Outbreaks of infectious disease affect host populations, ecological communities, the structure and function of natural and managed ecosystems, and global public health. Anticipating and controlling outbreaks requires a strong understanding of the individual-level traits of hosts and parasites. However, classic management strategies and models often assume that the traits of hosts and parasites are fixed, which implies that reductions in the densities of infected hosts or vectors should consistently reduce parasite transmission. Using a case study of human schistosomes and their intermediate host snails, I will illustrate how important individual-level traits are driven by underlying physiology (bioenergetics) and environmental conditions (resource availability, variability, and competition) by building bioenergetic models of infection and parameterizing them with a series of experiments that vary resource supply and competition at the individual and population levels.
Results/Conclusions
Resource supply rates, periodic starvation, and competition drive dynamic responses in individual-level infection dynamics. Specifically, low resource supply, long starvation periods, and intense competition all reduced the virulence and productivity of schistosome infections, consistent with predictions from the bioenergetics models.
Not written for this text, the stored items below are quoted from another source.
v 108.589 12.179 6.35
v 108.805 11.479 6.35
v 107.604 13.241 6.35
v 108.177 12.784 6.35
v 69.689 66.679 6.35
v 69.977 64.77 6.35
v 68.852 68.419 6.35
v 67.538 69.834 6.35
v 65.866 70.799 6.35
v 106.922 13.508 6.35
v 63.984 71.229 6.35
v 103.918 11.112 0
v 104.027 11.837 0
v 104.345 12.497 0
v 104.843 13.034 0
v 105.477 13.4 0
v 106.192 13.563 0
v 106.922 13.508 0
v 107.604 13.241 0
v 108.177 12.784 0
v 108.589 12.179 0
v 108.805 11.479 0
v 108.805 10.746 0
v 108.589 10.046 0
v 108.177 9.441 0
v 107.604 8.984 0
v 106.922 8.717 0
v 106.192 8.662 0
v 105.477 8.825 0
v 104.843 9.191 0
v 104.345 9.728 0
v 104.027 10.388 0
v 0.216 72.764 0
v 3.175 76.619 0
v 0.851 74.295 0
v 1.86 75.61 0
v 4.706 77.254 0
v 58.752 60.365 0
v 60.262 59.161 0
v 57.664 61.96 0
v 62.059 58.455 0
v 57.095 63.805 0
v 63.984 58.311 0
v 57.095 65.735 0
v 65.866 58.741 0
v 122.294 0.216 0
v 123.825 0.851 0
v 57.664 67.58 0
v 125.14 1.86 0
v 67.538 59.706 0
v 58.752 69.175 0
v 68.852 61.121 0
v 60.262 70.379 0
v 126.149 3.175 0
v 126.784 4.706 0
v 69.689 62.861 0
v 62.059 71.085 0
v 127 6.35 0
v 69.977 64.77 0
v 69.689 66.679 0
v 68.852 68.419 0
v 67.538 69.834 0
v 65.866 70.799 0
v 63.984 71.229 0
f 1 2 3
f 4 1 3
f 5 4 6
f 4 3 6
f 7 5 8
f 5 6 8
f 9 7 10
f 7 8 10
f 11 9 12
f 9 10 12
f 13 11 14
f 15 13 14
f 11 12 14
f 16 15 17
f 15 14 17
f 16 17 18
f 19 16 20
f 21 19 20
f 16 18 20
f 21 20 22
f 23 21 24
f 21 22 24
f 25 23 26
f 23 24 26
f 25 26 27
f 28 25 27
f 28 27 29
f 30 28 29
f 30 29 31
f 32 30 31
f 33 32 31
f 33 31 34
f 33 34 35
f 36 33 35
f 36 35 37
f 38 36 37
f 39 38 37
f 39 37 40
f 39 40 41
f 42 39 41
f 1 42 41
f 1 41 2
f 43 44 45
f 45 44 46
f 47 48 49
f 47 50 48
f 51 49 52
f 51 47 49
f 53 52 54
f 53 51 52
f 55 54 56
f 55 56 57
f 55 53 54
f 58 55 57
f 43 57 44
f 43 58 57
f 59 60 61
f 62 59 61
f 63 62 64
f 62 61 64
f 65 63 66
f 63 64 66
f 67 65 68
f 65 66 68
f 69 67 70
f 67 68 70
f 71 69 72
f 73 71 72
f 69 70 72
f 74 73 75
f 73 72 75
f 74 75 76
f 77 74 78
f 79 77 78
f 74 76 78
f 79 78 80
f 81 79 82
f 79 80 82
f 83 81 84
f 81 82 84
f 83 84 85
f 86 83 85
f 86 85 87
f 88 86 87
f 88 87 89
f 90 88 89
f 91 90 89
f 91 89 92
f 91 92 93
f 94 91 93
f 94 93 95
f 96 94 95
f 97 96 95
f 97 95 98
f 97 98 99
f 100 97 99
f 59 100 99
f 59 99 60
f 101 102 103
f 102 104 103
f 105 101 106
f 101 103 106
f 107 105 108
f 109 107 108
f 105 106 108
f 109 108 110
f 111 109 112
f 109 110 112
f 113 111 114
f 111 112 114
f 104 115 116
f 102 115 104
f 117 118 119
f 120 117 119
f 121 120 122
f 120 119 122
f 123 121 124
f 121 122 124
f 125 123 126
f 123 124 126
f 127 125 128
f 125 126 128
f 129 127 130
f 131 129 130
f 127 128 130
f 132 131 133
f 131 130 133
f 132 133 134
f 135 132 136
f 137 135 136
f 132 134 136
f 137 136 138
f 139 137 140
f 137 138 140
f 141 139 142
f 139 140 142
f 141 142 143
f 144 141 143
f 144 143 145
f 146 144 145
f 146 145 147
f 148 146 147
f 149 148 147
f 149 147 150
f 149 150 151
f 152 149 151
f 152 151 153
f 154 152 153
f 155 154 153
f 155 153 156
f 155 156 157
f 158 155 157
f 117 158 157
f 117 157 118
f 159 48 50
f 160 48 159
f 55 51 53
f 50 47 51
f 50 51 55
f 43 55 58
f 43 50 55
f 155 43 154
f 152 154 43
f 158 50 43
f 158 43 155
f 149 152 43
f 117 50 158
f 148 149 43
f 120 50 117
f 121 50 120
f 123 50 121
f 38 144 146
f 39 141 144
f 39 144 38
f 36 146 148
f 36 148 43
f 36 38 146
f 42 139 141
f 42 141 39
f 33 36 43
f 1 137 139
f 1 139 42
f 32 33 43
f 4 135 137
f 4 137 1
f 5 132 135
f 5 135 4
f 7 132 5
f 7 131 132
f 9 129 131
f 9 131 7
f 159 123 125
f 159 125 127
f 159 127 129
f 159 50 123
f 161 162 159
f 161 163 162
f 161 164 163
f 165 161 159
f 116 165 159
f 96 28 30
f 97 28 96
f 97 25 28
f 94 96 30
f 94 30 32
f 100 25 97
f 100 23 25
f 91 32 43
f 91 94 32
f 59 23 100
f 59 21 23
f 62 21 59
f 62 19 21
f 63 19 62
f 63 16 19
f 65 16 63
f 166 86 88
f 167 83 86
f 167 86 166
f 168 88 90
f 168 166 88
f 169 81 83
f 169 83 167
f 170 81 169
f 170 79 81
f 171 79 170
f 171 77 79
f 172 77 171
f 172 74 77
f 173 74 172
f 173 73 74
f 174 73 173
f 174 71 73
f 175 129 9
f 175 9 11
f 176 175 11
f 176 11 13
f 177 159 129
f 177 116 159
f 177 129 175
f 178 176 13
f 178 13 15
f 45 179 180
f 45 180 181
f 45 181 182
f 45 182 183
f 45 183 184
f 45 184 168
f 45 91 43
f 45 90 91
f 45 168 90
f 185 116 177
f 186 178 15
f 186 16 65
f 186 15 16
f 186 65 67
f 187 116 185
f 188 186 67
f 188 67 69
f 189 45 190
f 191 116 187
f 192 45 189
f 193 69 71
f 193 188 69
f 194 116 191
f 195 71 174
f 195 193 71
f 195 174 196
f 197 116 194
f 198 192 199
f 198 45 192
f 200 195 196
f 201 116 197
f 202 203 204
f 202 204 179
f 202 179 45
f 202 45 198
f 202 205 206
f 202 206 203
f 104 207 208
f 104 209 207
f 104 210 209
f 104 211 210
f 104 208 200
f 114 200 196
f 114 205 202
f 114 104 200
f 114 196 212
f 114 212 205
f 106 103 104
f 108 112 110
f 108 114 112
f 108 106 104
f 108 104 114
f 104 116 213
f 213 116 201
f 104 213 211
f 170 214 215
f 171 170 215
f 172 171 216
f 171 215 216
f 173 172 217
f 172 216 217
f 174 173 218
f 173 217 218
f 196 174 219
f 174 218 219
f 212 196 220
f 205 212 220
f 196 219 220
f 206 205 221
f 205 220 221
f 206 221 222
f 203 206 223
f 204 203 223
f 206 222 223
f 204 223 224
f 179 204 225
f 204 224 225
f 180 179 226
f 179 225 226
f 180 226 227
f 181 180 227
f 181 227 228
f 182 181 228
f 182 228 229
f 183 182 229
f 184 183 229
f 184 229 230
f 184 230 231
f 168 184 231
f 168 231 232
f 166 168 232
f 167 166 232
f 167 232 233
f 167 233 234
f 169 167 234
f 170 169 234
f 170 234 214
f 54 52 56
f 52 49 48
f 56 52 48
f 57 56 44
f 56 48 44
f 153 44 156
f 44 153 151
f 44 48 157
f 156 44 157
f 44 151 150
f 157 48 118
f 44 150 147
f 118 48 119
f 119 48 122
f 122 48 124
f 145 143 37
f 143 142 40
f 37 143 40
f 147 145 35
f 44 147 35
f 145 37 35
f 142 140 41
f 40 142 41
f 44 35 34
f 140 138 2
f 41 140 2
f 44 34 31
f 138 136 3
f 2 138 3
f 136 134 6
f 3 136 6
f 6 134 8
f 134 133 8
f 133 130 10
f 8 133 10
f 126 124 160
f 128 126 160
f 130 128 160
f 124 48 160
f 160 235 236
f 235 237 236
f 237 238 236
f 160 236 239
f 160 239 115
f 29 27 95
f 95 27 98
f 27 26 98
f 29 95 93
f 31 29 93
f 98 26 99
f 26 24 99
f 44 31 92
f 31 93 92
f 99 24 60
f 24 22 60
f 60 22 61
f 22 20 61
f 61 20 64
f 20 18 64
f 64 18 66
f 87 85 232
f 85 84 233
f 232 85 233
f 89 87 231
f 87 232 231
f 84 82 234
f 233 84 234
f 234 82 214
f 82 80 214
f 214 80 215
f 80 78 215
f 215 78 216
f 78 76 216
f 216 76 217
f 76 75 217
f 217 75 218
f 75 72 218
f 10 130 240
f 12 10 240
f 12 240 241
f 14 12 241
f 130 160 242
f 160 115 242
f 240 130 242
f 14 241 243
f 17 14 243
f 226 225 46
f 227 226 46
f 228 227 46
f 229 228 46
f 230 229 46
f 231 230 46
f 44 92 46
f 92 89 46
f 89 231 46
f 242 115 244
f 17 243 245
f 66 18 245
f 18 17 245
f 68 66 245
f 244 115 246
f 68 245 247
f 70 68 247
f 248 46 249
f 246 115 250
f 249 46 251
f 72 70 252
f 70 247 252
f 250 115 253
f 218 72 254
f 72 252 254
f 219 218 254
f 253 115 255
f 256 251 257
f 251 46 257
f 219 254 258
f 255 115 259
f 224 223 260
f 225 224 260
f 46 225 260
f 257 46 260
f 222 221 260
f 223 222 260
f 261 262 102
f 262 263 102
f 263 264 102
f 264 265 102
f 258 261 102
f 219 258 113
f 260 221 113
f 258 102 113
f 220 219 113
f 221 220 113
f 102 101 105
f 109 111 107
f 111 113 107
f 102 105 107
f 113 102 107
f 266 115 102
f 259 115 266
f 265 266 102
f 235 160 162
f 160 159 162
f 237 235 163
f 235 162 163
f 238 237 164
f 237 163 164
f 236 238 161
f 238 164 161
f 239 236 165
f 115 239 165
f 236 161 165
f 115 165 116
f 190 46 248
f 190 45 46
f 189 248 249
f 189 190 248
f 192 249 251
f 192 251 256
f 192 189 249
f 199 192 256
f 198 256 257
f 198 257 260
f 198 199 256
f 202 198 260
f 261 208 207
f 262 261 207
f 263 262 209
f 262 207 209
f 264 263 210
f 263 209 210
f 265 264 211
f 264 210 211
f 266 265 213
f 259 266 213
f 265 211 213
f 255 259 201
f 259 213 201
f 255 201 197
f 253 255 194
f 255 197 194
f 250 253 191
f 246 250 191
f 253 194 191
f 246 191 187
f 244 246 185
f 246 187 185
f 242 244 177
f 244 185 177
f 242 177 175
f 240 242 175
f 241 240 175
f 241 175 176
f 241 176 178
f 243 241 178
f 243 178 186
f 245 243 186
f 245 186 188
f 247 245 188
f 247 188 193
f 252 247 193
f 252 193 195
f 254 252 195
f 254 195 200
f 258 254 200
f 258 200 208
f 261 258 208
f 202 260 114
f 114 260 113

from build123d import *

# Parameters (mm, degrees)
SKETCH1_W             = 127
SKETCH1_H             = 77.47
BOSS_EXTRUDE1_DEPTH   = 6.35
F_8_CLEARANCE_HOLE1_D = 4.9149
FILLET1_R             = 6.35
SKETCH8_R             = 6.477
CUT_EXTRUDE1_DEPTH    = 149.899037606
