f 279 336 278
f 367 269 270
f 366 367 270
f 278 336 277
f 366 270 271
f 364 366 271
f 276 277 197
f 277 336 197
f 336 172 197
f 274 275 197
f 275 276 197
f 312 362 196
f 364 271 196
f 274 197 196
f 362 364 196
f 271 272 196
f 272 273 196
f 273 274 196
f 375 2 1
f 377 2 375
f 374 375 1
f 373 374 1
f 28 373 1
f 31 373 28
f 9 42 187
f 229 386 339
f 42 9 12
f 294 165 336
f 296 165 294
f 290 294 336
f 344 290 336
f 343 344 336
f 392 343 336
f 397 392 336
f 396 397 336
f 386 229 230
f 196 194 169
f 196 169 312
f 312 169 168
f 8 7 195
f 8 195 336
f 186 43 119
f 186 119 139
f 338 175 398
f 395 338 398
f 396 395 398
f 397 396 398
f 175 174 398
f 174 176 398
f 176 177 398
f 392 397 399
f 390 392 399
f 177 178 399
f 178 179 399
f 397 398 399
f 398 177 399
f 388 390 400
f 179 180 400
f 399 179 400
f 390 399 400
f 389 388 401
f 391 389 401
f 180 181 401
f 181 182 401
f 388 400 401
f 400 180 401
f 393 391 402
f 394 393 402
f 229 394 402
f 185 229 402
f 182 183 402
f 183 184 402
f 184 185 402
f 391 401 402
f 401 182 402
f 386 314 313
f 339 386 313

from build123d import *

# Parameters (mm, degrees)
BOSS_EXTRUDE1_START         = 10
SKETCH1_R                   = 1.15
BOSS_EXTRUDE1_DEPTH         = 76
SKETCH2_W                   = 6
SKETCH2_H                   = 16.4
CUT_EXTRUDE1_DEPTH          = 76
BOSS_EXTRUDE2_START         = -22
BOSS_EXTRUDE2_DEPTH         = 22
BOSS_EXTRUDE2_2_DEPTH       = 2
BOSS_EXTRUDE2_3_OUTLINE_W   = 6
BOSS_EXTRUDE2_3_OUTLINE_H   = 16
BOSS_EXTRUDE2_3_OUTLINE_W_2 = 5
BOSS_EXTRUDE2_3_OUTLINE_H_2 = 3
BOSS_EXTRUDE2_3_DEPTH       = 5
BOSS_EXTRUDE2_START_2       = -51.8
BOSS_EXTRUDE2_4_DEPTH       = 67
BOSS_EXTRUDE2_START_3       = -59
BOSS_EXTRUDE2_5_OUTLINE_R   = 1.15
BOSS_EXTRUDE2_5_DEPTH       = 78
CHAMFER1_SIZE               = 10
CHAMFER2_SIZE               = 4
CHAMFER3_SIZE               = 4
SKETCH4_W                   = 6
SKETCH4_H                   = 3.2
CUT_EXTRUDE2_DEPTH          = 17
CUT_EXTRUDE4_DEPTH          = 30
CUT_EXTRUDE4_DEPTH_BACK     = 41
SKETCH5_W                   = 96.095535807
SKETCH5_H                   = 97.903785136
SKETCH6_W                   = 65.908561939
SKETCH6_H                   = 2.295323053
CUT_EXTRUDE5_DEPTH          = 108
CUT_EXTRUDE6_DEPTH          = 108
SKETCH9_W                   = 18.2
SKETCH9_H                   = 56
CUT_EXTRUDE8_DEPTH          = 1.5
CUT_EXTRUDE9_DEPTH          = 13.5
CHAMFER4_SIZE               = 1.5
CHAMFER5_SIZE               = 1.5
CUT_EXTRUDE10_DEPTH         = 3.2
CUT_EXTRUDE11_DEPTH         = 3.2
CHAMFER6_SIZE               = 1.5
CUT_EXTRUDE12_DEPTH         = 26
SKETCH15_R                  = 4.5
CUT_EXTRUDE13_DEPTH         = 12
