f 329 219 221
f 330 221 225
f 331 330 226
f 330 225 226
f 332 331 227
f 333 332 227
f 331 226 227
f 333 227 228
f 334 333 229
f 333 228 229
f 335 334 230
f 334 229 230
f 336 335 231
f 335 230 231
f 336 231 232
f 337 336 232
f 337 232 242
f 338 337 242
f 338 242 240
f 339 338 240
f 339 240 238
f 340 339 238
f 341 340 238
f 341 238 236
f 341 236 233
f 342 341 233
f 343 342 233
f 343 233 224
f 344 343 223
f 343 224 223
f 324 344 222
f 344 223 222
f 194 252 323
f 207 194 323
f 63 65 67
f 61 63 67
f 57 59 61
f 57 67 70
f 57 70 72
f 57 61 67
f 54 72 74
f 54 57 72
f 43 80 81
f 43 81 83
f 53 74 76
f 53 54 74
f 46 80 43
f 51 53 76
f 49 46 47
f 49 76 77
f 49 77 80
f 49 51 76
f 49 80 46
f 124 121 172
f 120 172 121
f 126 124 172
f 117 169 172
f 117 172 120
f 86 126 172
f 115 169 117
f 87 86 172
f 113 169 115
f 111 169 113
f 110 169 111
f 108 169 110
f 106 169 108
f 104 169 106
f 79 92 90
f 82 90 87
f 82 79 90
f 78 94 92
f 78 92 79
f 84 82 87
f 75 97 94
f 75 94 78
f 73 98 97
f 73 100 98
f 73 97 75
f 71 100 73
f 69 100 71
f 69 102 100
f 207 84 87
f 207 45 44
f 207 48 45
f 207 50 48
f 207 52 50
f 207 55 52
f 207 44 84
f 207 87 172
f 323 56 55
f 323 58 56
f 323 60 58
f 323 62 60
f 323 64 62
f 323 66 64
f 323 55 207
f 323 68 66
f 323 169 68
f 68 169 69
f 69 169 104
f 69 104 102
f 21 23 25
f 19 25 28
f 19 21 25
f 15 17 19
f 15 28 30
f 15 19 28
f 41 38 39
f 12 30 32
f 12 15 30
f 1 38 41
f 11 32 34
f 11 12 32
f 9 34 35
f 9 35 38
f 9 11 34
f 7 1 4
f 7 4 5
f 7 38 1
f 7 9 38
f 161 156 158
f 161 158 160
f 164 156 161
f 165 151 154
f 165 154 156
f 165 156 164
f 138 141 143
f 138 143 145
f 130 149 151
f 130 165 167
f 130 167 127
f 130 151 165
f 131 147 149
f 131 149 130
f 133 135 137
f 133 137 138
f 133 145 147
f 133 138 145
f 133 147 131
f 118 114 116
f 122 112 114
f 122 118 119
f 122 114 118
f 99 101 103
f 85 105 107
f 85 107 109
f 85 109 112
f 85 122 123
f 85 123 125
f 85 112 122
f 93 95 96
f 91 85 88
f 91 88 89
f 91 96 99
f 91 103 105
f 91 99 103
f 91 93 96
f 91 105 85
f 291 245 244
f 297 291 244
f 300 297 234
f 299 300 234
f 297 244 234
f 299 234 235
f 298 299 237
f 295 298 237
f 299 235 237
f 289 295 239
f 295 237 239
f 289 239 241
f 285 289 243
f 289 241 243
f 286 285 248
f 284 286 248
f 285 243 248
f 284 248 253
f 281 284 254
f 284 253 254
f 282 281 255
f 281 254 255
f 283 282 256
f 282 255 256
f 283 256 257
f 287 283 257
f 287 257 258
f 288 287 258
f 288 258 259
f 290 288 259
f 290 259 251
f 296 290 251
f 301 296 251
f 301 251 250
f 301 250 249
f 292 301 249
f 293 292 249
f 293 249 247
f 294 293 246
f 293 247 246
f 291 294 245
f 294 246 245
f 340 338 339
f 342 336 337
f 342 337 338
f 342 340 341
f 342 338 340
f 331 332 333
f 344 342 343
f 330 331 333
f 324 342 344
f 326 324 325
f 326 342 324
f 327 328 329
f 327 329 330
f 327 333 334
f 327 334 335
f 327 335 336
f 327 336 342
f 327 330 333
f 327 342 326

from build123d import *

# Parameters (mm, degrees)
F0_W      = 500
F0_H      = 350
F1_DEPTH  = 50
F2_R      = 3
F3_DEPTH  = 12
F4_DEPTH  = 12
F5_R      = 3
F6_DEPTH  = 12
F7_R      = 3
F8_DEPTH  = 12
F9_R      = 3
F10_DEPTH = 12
Once scaled up to the population level via individual-based modeling (IBM), these dynamic trait changes yield three important consequences: (1) they sever the relationship between infected host density and transmission potential, (2) they facilitate brief periods of extreme human exposure risk during phases of snail population growth, and (3) they highlight conditions under which snail reduction can backfire, elevating human risk of exposure to schistosomes. Experimental epidemics with snail populations yielded strong evidence for the first two IBM predictions. Field evaluations of these predictions could improve human schistosomiasis control strategies. Ultimately, an energetic perspective on host-parasite interactions could greatly improve prediction and control of infectious disease in a variety of systems.